Segment Start: DATA SUPPLIED

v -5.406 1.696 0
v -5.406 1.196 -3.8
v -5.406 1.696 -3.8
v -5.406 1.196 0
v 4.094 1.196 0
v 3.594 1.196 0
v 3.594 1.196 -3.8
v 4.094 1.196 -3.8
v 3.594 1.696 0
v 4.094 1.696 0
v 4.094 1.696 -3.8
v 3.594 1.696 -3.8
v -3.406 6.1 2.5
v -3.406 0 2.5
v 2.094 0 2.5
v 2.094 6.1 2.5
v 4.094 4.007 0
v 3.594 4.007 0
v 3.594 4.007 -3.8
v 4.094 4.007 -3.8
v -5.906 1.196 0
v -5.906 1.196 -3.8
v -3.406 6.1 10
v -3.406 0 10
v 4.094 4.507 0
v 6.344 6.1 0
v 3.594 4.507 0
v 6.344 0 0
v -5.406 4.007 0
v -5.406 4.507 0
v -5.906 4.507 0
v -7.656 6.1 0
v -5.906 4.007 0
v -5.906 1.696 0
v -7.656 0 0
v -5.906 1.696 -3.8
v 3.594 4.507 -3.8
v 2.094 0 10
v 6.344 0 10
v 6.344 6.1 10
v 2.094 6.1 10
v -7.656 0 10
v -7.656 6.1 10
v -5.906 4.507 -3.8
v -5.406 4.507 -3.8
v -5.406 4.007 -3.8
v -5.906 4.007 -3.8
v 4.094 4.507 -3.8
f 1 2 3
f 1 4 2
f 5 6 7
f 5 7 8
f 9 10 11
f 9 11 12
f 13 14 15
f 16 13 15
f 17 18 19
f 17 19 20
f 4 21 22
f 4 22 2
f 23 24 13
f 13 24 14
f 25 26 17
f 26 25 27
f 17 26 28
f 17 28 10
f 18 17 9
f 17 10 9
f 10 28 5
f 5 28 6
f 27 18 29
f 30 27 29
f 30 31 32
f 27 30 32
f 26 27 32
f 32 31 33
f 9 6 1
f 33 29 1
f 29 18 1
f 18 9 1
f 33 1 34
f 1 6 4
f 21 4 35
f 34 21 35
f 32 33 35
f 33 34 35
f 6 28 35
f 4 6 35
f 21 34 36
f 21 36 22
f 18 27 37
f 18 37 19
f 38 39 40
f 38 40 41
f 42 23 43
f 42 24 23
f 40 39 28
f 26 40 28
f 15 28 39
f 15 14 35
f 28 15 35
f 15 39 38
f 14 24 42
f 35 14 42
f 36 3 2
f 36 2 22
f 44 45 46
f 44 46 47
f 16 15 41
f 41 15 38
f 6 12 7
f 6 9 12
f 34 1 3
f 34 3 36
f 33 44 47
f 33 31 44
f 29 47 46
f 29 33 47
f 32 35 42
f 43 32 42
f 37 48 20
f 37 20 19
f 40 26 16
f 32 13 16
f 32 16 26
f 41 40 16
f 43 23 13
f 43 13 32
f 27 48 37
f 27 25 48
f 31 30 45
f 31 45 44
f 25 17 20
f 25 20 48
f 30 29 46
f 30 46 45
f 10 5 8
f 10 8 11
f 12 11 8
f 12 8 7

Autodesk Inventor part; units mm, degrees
ref_plane "YZ Plane" through (0, 0, 0) normal (1, 0, 0) x (0, 1, 0)
ref_plane "XZ Plane" through (0, 0, 0) normal (0, 1, 0) x (-1, 0, 0)
ref_plane "XY Plane" through (0, 0, 0) normal (0, 0, 1) x (1, 0, 0)
sketch "Sketch1" plane through (0, 0, 0) normal (0, 1, 0) x (-1, 0, 0)
  line L0 (-6.3436, 0) -> (7.6564, 0)
  line L1 (7.6564, 0) -> (7.6564, 10)
  line L2 (3.4064, 10) -> (3.4064, 2.5)
  line L3 (3.4064, 2.5) -> (-2.0936, 2.5)
  line L4 (-2.0936, 2.5) -> (-2.0936, 10)
  line L5 (-6.3436, 10) -> (-6.3436, 0)
  line L6 (-6.3436, 10) -> (-2.0936, 10)
  line L7 (3.4064, 10) -> (7.6564, 10)
  point P0 (0, 0)
  dimension "d0" = 10
  dimension "d2" = 14
  dimension "d3" = 2.5
  dimension "d24" = 4.25
  dimension "d25" = 4.25
extrude "Extrusion1" add sketch "Sketch1" along normal blind 6.1
sketch "Sketch2" plane through (6.3436, 0, 0) normal (0, 0, -1) x (-1, 0, 0)
  line L0 (0, 0) -> (0, 6.1) projected
  line L1 (2.25, 4.5071) -> (2.75, 4.5071)
  line L2 (2.75, 4.5071) -> (2.75, 4.0071)
  line L3 (2.75, 4.0071) -> (2.25, 4.0071)
  line L4 (2.25, 4.0071) -> (2.25, 4.5071)
  line L5 (2.25, 1.6957) -> (2.75, 1.6957)
  line L6 (2.75, 1.6957) -> (2.75, 1.1957)
  line L7 (2.75, 1.1957) -> (2.25, 1.1957)
  line L8 (2.25, 1.1957) -> (2.25, 1.6957)
  line L9 (11.75, 4.5071) -> (12.25, 4.5071)
  line L10 (12.25, 4.5071) -> (12.25, 4.0071)
  line L11 (11.75, 4.0071) -> (11.75, 4.5071)
  line L12 (12.25, 4.0071) -> (11.75, 4.0071)
  line L13 (11.75, 1.6957) -> (12.25, 1.6957)
  line L14 (12.25, 1.6957) -> (12.25, 1.1957)
  line L15 (11.75, 1.1957) -> (11.75, 1.6957)
  line L16 (12.25, 1.1957) -> (11.75, 1.1957)
  point P0 (6.3436, 0)
  dimension "d6" = 0.5
  dimension "d10" = 0.5
  dimension "d11" = 0.5
  dimension "d12" = 0.5
  dimension "d13" = 0.5
  dimension "d14" = 0.5
  dimension "d15" = 0.5
  dimension "d16" = 0.5
  dimension "d17" = 2.3114
  dimension "d18" = 9
  dimension "d19" = 2.25
extrude "Extrusion2" add sketch "Sketch2" along normal blind 3.8
properties part number "tacometer_ct" material "ABS Plastic"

Segment End: DATA SUPPLIED

_TRY IT:_
Return only the lines spanning from the first line of the material through the line with "v -7.656 0 10", copied exactly, both ends kept.

_WRITTEN SOLUTION:_
v -5.406 1.696 0
v -5.406 1.196 -3.8
v -5.406 1.696 -3.8
v -5.406 1.196 0
v 4.094 1.196 0
v 3.594 1.196 0
v 3.594 1.196 -3.8
v 4.094 1.196 -3.8
v 3.594 1.696 0
v 4.094 1.696 0
v 4.094 1.696 -3.8
v 3.594 1.696 -3.8
v -3.406 6.1 2.5
v -3.406 0 2.5
v 2.094 0 2.5
v 2.094 6.1 2.5
v 4.094 4.007 0
v 3.594 4.007 0
v 3.594 4.007 -3.8
v 4.094 4.007 -3.8
v -5.906 1.196 0
v -5.906 1.196 -3.8
v -3.406 6.1 10
v -3.406 0 10
v 4.094 4.507 0
v 6.344 6.1 0
v 3.594 4.507 0
v 6.344 0 0
v -5.406 4.007 0
v -5.406 4.507 0
v -5.906 4.507 0
v -7.656 6.1 0
v -5.906 4.007 0
v -5.906 1.696 0
v -7.656 0 0
v -5.906 1.696 -3.8
v 3.594 4.507 -3.8
v 2.094 0 10
v 6.344 0 10
v 6.344 6.1 10
v 2.094 6.1 10
v -7.656 0 10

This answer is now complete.